Just last week we removed 5 trees from the backyard as well as grinded down the stumps as we've heard this is also a big help for termite control.

Thoughts?


----------



## mako1 (Jan 7, 2014)

Is your house built on a concrete slab or wood foundation?What part of the country?
Basement?The elevation is also important?


----------



## Joemaio87 (Nov 30, 2013)

House currently sits on a dirt crawlspace which had no barrier whatsoever which I'm sure didn't help at all. Once plumbing is finished this is being cemented and waterproofed. We are in central Jersey and am not too sure about elevation, but not to far off sea level I'd say. There is a basement that was built under an extension that was added some 40 years ago, this is only accessible from the outside and does not connect to the inside of the home. Its about 18x12 and meets the crawlspace with cinder block wall.


----------



## joecaption (Nov 30, 2011)

Please do waste time and money some DIY concoction.
Any real exterminator can do a pretreatment before the slab is pored and treat the foundation and piers.
Do not let them rip you off with just bait stations!
Termites do not eat living trees. Now that you have cut them down there going to be setting up home eating all the old dead roots.
Not worry there most likely dozens of colony's on you property that have been and always will be there.
As long as the foundations been treated there not getting in.


----------



## Joemaio87 (Nov 30, 2013)

How exactly does the foundation get treated and wouldn't something like that have to be repeated? Isn't it better preventative measure to also get the framing treated with some type of protection since everything is open?

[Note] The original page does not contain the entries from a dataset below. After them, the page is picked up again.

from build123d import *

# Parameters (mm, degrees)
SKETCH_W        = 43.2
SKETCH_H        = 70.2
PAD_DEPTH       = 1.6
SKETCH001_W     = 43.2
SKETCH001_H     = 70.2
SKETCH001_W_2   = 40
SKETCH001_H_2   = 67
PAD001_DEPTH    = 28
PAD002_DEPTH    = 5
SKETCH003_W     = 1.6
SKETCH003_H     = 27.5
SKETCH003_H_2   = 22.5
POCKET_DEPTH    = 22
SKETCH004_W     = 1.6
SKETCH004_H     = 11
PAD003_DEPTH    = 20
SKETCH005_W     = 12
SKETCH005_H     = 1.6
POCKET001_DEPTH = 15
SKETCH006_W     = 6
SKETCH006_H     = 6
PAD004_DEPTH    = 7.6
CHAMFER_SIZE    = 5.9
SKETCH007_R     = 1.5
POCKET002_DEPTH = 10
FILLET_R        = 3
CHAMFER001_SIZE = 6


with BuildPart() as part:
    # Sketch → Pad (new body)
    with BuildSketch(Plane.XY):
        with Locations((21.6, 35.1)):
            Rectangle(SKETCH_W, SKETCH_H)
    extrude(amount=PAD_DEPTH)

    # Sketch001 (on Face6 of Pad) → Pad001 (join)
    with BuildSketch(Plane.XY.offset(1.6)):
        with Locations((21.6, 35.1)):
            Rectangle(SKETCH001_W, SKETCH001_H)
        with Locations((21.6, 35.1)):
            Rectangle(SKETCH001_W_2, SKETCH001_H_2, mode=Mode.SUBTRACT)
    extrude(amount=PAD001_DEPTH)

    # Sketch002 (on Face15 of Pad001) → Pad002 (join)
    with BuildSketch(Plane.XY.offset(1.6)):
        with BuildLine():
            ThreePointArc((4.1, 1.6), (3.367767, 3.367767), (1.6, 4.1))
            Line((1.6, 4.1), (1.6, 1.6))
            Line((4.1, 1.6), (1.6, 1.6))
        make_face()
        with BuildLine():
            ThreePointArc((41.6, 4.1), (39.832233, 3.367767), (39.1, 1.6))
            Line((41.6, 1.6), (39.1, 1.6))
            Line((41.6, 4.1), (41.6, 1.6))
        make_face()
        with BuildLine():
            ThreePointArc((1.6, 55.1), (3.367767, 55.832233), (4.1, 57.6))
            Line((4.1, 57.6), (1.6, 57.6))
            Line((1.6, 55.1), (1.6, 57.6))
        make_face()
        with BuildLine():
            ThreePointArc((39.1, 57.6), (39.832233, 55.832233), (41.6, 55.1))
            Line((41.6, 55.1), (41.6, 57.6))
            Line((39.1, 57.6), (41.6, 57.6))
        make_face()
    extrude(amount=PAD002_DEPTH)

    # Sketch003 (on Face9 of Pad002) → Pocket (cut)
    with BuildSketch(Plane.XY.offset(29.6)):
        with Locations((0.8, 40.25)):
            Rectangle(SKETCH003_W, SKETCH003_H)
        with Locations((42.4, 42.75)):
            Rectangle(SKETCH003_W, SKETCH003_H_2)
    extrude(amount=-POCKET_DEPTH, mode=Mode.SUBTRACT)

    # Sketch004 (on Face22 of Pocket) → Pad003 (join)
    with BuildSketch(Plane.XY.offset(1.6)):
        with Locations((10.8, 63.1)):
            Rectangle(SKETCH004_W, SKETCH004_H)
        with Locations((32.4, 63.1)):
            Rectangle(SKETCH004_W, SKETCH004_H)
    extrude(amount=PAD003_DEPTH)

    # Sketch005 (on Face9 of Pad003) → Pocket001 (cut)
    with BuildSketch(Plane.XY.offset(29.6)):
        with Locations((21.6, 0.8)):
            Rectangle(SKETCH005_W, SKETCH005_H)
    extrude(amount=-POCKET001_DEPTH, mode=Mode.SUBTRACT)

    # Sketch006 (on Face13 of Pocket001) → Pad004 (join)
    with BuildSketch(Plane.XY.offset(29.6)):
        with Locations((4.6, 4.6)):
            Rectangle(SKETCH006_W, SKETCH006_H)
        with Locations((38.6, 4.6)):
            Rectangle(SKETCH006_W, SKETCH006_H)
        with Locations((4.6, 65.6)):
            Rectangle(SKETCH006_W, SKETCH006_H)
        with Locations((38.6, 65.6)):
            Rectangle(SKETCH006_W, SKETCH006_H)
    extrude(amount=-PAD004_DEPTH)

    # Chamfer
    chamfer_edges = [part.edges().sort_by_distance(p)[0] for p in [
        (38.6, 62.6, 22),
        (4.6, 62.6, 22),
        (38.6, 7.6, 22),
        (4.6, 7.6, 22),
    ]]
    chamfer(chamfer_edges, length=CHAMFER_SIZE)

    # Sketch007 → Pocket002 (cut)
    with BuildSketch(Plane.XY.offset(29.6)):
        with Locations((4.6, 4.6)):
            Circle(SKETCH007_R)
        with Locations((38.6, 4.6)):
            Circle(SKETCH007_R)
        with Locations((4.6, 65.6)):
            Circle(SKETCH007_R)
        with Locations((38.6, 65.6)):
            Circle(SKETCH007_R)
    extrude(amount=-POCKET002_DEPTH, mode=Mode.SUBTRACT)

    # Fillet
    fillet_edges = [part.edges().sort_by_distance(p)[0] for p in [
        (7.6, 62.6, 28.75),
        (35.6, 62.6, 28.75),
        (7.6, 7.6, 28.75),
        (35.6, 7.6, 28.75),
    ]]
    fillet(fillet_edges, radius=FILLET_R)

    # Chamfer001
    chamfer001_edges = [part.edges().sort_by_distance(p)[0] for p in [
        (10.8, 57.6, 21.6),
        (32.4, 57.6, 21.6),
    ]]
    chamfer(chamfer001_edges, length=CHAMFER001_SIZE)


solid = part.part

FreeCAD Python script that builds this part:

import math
import FreeCAD as App
import Part
import Sketcher
from FreeCAD import Vector
Q = App.Units.Quantity


def edges_at(feature, points):
    """Names of the edges that pass closest to the given points."""
    edges = feature.Shape.Edges
    near = lambda p: min(range(len(edges)), key=lambda i: edges[i].distToShape(Part.Vertex(*p))[0])
    return sorted({f"Edge{near(p) + 1}" for p in points})

doc = App.newDocument("Part")
body = doc.addObject("PartDesign::Body", "Body")

# Sketch on XY plane
sketch1 = doc.addObject("Sketcher::SketchObject", "Sketch")
body.addObject(sketch1)
sketch1.AttachmentSupport = (doc.XY_Plane, [""])
sketch1.MapMode = "FlatFace"
sketch1.addGeometry([
    Part.LineSegment(Vector(0, 70, 0), Vector(0, 0, 0)),
    Part.LineSegment(Vector(0, 0, 0), Vector(43, 0, 0)),
    Part.LineSegment(Vector(43, 0, 0), Vector(43, 70, 0)),
    Part.LineSegment(Vector(43, 70, 0), Vector(0, 70, 0)),
], False)
sketch1.addConstraint([
    Sketcher.Constraint("Coincident", 0, 2, 1, 1),
    Sketcher.Constraint("Coincident", 1, 2, 2, 1),
    Sketcher.Constraint("Coincident", 2, 2, 3, 1),
    Sketcher.Constraint("Coincident", 3, 2, 0, 1),
    Sketcher.Constraint("Vertical", 0),
    Sketcher.Constraint("Horizontal", 1),
    Sketcher.Constraint("Vertical", 2),
    Sketcher.Constraint("Horizontal", 3),
    Sketcher.Constraint("Coincident", 0, 2, -1, 1),
    Sketcher.Constraint("DistanceX", 1, 1, 1, 2, Q("43.2 mm")),
    Sketcher.Constraint("DistanceY", 0, 2, 0, 1, Q("70.2 mm")),
])
pad1 = doc.addObject("PartDesign::Pad", "Pad")
body.addObject(pad1)
pad1.Profile = sketch1
pad1.Length = 1.6

# Sketch on XY plane
sketch2 = doc.addObject("Sketcher::SketchObject", "Sketch001")
body.addObject(sketch2)
sketch2.AttachmentSupport = (doc.XY_Plane, [""])
sketch2.MapMode = "FlatFace"
sketch2.AttachmentOffset = App.Placement(Vector(0, 0, 1.6), App.Rotation())
sketch2.addGeometry([
    Part.LineSegment(Vector(0, 70, 0), Vector(0, 0, 0)),  # 0
    Part.LineSegment(Vector(0, 0, 0), Vector(43, 0, 0)),  # 1
    Part.LineSegment(Vector(43, 0, 0), Vector(43, 70, 0)),  # 2
    Part.LineSegment(Vector(43, 70, 0), Vector(0, 70, 0)),  # 3
    Part.LineSegment(Vector(42, 2, 0), Vector(2, 2, 0)),  # 4
    Part.LineSegment(Vector(2, 2, 0), Vector(2, 69, 0)),  # 5
    Part.LineSegment(Vector(2, 69, 0), Vector(42, 69, 0)),  # 6
    Part.LineSegment(Vector(42, 69, 0), Vector(42, 2, 0)),  # 7
], False)
sketch2.addConstraint([
    Sketcher.Constraint("Coincident", 0, 2, 1, 1),
    Sketcher.Constraint("Coincident", 1, 2, 2, 1),
    Sketcher.Constraint("Coincident", 2, 2, 3, 1),
    Sketcher.Constraint("Coincident", 3, 2, 0, 1),
    Sketcher.Constraint("Coincident", 4, 2, 5, 1),
    Sketcher.Constraint("Coincident", 5, 2, 6, 1),
    Sketcher.Constraint("Coincident", 6, 2, 7, 1),
    Sketcher.Constraint("Coincident", 7, 2, 4, 1),
    Sketcher.Constraint("Vertical", 0),
    Sketcher.Constraint("Horizontal", 1),
    Sketcher.Constraint("Vertical", 2),
    Sketcher.Constraint("Horizontal", 3),
    Sketcher.Constraint("Horizontal", 4),
    Sketcher.Constraint("Vertical", 5),
    Sketcher.Constraint("Horizontal", 6),
    Sketcher.Constraint("Vertical", 7),
    Sketcher.Constraint("Coincident", 0, 2, -1, 1),
    Sketcher.Constraint("DistanceX", 4, 2, 4, 1, Q("40 mm")),
    Sketcher.Constraint("DistanceY", 5, 1, 5, 2, Q("67 mm")),
    Sketcher.Constraint("DistanceX", 1, 1, 1, 2, Q("43.2 mm")),
    Sketcher.Constraint("DistanceY", 0, 2, 0, 1, Q("70.2 mm")),
    Sketcher.Constraint("DistanceX", -1, 1, 4, 2, Q("1.6 mm")),
    Sketcher.Constraint("DistanceY", -1, 1, 4, 2, Q("1.6 mm")),
])
pad2 = doc.addObject("PartDesign::Pad", "Pad001")
body.addObject(pad2)
pad2.Profile = sketch2
pad2.Length = 28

Why would you not recommend a DIY approach with that?


----------



## joecaption (Nov 30, 2011)

How it gets treated depends on the type of foundation you have and where you live.
Two basic types of termites, those that have there colony's outside and need to return to the ground (subterrian) and those that never have to leave the home for moisture. (Formosan)
If it's block every void will be drilled, the base of the foundation under the house and piers will be trenched then filled with termicide.
Any slabs like in the garage will be drilled and injected.
On the outside most often a long nozzle is used to shoot the chemical all the way to the footing.
Look this site over.
http://www.termidorhome.com/


----------